5.2 - Propositions pour aller plus loin


Seigneur Jésus,
Je pars ce matin au travail. Fais qu’il s’y "passe" quelque chose : pas une anecdote ni un potin de plus. Non, fais que survienne un de ces moments nouveaux, de "passage", où le découragement laisse la place à la confiance, la morosité à une secrète reconnaissance pour la vie.
Sinon, quelle sera ma joie ce soir ?
Pour cela, Seigneur, donne-moi un cœur éveillé et un esprit d’initiative vivant.
Quand des décisions injustes ou mal fondées se préparent, donne-moi la vigilance et l’habilité à faire valoir la réalité des faits et la vraie valeur des personnes.
Donne-moi de croire qu’aucune situation n’est définitivement fermée et de ne pas enfermer mes interlocuteurs dans leurs petits côtés.
Au milieu des sollicitations, tu me donneras la liberté de prendre du recul pour acquérir une vision large des choses et être capable de propositions audacieuses.
Et lorsque j’anticipe sur les événements, que cette anticipation soit aimantée par un désir ardent de la venue de ton Royaume.
Dans la poursuite trop évidente des rationalités économiques, accorde-moi de ne pas perdre
raison : fais grandir mon faible goût pour la justice.
Donne-moi le courage de poser les questions importantes, et la patience de les travailler dans la durée.
Rends-moi capable de paroles justes : les attitudes amicales pour ceux qui ont des problèmes ; les mots simples qui associent mes collaborateurs à mes questions avec clarté et bienveillance ; le courage, s’il le faut, de contredire ma hiérarchie sans me soucier de ce qu’on pensera de moi.
Apprends-moi à ne pas donner de crédit aux rumeurs, mais à croire aux hommes. Garde ma langue des paroles perfides lorsqu’on « taille un costard » à un collègue absent. Donne-moi de ne pas confondre la joie que je cherche avec cette mauvaise jouissance qui me prend parfois à écouter la critique facile d’autrui.
Apprends-moi à écouter avec finesse et compassion.

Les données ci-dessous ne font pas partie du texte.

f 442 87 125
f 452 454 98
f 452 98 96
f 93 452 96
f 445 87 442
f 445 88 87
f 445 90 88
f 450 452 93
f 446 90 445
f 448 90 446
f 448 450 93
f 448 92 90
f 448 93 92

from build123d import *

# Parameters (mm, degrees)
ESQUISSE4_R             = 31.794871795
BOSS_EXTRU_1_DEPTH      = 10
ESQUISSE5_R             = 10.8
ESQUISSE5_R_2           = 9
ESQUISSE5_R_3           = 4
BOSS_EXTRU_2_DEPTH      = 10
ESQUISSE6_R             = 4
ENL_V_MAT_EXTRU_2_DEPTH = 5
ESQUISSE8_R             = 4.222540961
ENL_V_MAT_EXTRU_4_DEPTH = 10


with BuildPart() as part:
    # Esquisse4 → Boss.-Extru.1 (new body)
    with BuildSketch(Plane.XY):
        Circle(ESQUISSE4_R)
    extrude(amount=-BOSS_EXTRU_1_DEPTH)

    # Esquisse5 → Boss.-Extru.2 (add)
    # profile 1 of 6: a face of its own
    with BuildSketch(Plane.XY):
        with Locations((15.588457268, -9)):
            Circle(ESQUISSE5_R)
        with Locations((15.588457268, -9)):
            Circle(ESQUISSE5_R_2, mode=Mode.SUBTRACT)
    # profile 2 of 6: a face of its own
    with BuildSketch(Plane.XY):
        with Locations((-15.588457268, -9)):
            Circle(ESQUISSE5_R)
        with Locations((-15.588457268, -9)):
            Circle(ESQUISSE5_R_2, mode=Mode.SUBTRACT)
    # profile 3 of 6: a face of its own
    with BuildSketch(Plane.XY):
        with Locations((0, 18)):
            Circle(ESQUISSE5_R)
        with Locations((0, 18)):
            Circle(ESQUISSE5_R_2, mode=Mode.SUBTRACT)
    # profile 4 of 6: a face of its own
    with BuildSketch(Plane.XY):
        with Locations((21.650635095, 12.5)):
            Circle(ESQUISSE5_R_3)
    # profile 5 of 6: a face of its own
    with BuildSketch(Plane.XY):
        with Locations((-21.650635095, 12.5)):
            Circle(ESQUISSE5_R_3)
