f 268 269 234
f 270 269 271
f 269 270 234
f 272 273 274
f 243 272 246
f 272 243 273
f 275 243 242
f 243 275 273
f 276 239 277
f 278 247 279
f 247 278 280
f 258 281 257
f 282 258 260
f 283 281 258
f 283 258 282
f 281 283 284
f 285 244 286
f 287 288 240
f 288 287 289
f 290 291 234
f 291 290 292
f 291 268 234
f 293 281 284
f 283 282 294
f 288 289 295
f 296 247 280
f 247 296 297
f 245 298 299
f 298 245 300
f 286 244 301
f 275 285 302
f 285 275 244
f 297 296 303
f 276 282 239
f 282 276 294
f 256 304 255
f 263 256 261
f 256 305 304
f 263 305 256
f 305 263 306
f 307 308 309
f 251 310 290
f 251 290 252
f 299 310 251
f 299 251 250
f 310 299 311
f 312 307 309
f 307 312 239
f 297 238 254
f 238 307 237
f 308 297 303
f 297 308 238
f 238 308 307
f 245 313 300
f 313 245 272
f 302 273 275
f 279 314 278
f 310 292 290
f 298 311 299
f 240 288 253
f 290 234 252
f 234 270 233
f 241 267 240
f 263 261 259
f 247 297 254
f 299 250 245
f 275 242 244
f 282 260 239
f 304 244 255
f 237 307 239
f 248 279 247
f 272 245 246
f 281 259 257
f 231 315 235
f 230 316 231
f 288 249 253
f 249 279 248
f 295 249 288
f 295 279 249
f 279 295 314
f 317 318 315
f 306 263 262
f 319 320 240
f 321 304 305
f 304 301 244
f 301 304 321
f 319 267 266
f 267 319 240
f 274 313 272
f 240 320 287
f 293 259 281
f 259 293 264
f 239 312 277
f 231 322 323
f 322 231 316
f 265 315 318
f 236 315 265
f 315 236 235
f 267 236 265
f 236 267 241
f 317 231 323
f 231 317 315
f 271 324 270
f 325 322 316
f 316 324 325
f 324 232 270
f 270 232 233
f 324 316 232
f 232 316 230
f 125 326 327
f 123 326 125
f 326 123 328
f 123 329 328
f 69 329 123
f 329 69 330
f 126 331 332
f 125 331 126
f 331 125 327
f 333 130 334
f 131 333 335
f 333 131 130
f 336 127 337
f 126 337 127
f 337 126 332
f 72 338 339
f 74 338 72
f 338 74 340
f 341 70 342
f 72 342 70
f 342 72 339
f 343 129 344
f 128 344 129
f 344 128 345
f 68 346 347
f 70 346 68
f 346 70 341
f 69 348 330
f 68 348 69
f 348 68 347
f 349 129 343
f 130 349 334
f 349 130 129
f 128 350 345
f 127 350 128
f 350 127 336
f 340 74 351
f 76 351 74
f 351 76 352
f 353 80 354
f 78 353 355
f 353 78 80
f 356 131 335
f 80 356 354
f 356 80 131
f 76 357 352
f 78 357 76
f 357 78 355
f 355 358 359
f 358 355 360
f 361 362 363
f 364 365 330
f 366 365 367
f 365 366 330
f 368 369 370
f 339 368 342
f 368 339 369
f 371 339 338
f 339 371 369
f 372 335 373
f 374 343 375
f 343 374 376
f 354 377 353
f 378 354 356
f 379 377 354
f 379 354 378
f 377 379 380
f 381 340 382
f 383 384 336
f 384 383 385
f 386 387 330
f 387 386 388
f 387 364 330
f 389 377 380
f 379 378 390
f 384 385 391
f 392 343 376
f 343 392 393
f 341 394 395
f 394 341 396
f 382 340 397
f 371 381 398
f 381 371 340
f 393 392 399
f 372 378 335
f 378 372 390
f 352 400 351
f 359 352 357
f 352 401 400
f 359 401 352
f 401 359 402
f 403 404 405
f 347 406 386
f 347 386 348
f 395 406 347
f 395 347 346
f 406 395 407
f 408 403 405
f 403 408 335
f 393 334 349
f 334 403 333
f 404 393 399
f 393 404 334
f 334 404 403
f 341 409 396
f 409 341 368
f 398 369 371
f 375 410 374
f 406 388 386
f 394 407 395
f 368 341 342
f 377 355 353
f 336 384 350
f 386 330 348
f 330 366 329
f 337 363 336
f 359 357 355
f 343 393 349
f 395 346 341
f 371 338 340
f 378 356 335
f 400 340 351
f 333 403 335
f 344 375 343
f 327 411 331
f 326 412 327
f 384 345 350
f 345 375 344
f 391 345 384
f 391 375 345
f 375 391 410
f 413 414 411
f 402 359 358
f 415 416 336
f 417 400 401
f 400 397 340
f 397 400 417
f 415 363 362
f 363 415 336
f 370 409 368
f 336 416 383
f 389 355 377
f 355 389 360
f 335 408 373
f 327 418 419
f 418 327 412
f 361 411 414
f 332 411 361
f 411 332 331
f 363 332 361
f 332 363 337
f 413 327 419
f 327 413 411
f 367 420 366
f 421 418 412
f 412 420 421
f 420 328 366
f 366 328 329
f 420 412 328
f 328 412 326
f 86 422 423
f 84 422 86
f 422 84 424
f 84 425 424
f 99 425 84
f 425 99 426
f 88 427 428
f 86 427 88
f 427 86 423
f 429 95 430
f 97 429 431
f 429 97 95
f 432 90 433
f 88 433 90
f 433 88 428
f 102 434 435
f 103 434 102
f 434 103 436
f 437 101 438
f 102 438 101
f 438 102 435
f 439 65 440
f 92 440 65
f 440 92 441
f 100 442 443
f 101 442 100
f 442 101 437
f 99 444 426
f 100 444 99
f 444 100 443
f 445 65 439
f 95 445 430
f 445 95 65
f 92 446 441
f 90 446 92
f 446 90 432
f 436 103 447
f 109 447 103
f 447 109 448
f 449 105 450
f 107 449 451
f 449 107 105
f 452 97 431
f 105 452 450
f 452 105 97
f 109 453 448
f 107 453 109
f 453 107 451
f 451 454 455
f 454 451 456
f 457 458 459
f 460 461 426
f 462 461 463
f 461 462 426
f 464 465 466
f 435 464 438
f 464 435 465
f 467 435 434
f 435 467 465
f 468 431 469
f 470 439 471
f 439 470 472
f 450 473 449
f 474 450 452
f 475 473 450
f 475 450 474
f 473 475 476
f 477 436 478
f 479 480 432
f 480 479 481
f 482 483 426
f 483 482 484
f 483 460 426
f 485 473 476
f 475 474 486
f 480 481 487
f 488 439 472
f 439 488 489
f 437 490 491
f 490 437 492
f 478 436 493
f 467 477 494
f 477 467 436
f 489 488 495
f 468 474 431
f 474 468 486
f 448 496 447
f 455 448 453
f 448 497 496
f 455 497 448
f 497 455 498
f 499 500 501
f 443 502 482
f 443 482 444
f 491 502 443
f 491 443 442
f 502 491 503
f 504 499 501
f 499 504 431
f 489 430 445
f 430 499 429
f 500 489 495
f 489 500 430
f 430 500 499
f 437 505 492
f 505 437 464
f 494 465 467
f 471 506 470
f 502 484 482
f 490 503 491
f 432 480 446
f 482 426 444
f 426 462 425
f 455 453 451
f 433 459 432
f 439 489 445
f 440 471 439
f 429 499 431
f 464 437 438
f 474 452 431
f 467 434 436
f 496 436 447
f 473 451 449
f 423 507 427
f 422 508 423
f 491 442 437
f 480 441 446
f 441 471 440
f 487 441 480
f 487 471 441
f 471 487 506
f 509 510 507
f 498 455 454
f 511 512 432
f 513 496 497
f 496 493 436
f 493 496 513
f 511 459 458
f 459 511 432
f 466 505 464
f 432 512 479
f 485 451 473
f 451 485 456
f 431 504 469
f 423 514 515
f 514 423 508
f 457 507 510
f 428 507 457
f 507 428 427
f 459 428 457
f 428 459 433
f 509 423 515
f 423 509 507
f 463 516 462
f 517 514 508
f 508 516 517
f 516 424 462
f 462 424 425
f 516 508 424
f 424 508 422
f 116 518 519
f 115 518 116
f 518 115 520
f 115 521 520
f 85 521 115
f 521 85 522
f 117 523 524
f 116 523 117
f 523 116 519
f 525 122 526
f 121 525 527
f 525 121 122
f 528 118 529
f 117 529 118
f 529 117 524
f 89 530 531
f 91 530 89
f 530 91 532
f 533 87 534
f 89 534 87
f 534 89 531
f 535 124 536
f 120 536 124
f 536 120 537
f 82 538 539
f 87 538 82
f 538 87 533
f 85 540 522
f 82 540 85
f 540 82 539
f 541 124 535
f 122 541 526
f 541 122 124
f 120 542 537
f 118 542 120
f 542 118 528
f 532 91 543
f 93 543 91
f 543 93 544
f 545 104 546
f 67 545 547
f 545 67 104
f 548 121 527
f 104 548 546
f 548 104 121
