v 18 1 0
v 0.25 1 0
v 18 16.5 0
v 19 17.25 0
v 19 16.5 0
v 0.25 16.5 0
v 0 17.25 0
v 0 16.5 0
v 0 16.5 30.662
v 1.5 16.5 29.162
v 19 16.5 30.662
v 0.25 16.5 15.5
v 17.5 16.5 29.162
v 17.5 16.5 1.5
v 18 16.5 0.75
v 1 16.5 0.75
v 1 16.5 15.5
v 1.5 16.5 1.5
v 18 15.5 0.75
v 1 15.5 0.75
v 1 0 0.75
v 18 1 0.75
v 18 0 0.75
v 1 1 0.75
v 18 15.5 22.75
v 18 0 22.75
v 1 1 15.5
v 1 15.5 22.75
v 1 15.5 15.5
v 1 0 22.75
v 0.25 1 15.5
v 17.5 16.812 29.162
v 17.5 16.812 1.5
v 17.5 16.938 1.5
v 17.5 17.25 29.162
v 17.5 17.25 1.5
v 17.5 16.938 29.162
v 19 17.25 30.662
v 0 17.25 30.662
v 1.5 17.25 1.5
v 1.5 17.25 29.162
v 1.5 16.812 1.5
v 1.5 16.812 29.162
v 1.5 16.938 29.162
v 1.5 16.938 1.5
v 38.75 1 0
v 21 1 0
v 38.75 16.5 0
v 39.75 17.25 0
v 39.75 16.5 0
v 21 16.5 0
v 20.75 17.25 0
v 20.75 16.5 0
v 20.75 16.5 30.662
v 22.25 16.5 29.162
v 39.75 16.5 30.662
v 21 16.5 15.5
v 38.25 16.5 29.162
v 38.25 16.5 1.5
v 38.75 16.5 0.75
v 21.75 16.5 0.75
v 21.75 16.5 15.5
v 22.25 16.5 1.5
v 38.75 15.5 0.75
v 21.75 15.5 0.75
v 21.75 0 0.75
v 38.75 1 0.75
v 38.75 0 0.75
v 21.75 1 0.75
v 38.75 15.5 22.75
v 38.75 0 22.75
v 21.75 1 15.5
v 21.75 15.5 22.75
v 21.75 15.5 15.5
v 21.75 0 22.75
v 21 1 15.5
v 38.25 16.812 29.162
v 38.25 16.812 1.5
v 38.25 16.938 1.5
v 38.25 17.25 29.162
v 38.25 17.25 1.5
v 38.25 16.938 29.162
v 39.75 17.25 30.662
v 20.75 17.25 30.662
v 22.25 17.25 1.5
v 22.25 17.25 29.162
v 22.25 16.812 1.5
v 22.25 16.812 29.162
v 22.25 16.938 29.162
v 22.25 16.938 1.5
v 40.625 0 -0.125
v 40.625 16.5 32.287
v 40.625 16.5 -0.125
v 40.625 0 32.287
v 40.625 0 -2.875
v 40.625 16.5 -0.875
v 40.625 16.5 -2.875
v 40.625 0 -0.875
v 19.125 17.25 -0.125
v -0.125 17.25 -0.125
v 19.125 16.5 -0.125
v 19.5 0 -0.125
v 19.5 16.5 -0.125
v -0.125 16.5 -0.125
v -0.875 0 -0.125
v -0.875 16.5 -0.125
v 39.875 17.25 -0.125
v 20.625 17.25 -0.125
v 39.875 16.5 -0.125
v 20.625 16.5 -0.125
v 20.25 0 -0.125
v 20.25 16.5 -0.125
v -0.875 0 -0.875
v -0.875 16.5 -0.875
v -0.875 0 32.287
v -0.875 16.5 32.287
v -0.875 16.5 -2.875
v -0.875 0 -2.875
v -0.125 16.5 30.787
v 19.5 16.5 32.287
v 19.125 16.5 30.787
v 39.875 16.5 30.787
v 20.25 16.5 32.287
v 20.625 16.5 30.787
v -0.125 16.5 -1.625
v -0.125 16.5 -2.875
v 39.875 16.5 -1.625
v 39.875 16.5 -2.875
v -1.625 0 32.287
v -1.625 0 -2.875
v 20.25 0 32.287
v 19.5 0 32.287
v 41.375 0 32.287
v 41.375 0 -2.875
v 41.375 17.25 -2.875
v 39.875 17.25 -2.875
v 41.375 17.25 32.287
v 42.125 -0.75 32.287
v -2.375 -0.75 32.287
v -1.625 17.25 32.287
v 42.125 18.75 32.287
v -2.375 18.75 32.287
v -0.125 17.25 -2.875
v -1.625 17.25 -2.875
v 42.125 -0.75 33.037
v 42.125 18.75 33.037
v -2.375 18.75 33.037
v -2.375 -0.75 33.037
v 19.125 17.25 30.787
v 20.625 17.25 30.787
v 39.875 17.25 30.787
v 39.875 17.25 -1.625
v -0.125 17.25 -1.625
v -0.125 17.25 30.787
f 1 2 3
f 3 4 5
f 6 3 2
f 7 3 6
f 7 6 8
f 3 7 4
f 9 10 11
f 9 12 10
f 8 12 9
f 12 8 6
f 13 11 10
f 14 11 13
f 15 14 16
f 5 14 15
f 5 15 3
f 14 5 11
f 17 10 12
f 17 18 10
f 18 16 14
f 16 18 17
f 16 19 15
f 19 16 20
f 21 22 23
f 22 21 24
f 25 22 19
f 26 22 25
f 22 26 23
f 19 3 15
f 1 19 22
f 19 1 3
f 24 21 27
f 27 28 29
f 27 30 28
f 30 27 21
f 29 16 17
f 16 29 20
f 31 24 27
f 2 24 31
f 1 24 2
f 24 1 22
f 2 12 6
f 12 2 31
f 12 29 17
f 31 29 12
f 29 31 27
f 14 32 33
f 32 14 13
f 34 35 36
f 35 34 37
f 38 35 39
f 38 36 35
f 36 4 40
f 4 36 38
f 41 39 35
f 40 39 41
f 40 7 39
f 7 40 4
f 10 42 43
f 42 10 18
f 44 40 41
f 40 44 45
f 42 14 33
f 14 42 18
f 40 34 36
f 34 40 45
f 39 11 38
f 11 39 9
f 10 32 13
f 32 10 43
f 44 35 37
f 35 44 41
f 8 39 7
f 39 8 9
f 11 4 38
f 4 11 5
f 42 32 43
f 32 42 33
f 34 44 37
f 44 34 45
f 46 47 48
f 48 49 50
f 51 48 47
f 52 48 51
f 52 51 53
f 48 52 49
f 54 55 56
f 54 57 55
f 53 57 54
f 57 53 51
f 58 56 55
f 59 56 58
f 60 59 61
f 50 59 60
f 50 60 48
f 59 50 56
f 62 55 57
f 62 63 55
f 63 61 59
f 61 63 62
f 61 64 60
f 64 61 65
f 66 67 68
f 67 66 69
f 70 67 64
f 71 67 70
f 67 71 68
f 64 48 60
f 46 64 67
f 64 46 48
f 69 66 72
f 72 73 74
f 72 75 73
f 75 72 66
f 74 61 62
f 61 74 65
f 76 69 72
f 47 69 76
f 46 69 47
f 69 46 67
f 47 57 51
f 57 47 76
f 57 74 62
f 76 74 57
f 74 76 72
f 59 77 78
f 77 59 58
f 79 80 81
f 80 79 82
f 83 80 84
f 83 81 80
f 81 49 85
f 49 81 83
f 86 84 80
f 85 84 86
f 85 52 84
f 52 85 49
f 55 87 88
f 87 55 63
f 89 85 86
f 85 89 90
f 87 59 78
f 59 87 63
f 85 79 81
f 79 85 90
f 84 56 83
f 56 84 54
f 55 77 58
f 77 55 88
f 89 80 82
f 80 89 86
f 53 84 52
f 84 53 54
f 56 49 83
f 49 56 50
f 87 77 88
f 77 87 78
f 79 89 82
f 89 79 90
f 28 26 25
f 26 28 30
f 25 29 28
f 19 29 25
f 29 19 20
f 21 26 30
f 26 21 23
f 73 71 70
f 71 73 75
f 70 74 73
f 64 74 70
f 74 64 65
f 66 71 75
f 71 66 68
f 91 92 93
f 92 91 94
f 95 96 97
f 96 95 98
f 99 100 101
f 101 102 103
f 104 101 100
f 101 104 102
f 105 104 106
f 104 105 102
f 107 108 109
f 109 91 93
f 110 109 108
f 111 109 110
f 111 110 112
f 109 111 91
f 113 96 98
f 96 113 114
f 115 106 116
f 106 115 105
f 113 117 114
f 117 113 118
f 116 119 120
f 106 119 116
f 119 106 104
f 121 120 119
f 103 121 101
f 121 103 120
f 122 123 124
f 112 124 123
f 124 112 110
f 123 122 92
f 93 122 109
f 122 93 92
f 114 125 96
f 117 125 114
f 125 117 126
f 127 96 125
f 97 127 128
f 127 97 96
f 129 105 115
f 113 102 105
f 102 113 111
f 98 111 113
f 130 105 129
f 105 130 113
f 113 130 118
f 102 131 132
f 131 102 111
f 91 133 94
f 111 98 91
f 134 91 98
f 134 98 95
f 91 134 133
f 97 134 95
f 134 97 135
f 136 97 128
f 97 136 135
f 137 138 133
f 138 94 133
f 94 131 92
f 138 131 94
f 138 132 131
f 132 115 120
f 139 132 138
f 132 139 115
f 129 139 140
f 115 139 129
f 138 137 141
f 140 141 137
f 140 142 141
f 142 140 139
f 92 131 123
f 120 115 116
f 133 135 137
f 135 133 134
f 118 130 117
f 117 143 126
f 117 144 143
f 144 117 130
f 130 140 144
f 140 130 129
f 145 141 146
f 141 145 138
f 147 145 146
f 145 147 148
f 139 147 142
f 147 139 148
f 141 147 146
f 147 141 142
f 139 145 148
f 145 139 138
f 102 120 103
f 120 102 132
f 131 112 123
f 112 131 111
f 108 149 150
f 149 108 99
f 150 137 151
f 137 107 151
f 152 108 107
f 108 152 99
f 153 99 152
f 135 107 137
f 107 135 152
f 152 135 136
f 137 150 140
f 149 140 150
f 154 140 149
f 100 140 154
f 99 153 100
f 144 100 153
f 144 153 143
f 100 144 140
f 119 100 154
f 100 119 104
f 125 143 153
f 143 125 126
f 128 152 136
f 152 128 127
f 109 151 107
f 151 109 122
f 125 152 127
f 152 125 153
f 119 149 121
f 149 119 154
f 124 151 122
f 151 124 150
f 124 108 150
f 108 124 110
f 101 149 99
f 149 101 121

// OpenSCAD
module board( size, label = false ) {
    // size[0] is always with the grain.
    // size[1] is against the grain.
    // size[2] is the board thickness.
    
    cube( size = size );
    
    // Output the size of the board for easy cut lists.
    echo( str( size[2], " ", label, ": ", size[0], "x", size[1]));
}

width_of_can = 17;
height_of_can = 22;
depth_of_can = 15.5;
number_of_cans = 2;
bead_board_inset = 1/2;
bead_board_thickness = 1/8;
lid_overhang_front = 1.5;  // Overhang for the lid front
lid_overhang_sides = .75; // Overhang for the lid sides
lid_overhang_back = .75; // Overhang for the back of the lid.

toe_clearance = 2; // Space between the bottom board and the floor.
stock_thickness = 3/4;
cabinet_door_clearance = 1/8;

horizontal_can_clearance = 1;
vertical_can_clearance = 3;
depth_can_clearance = 1; // Space behind cans.

each_can_cabinet_door_width = width_of_can + horizontal_can_clearance + horizontal_can_clearance;

each_can_cabinet_door_height =
    stock_thickness // The base of the tilting door.
    + sqrt( ( height_of_can * height_of_can ) + ( depth_of_can * depth_of_can ) ) // The longest diagonal across the can.
    + vertical_can_clearance // Extra space for clearance and garbage at the top.
    ;

face_frame_width = 1.5;
depth_of_box = depth_of_can + depth_can_clearance;

width_of_horizontal_base =
    (number_of_cans * ( each_can_cabinet_door_width + cabinet_door_clearance + cabinet_door_clearance ) ) // Space for doors and clearance.
    + ((number_of_cans + 1 ) * face_frame_width) // Space for the surrounding face frames
    - stock_thickness - stock_thickness // Minus the width of the end boards.
    ;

Donne-moi, cette "splendide exactitude de l’écoute" chère à Hannah Arendt, cette "constante disposition à s’expliquer, la patience de rester sur la question débattue ; et, d’avantage encore la capacité d’attirer dans l’espace du dialogue ce que l’on est enclin à taire, d’en faire quelque chose qui mérite qu’on en parle".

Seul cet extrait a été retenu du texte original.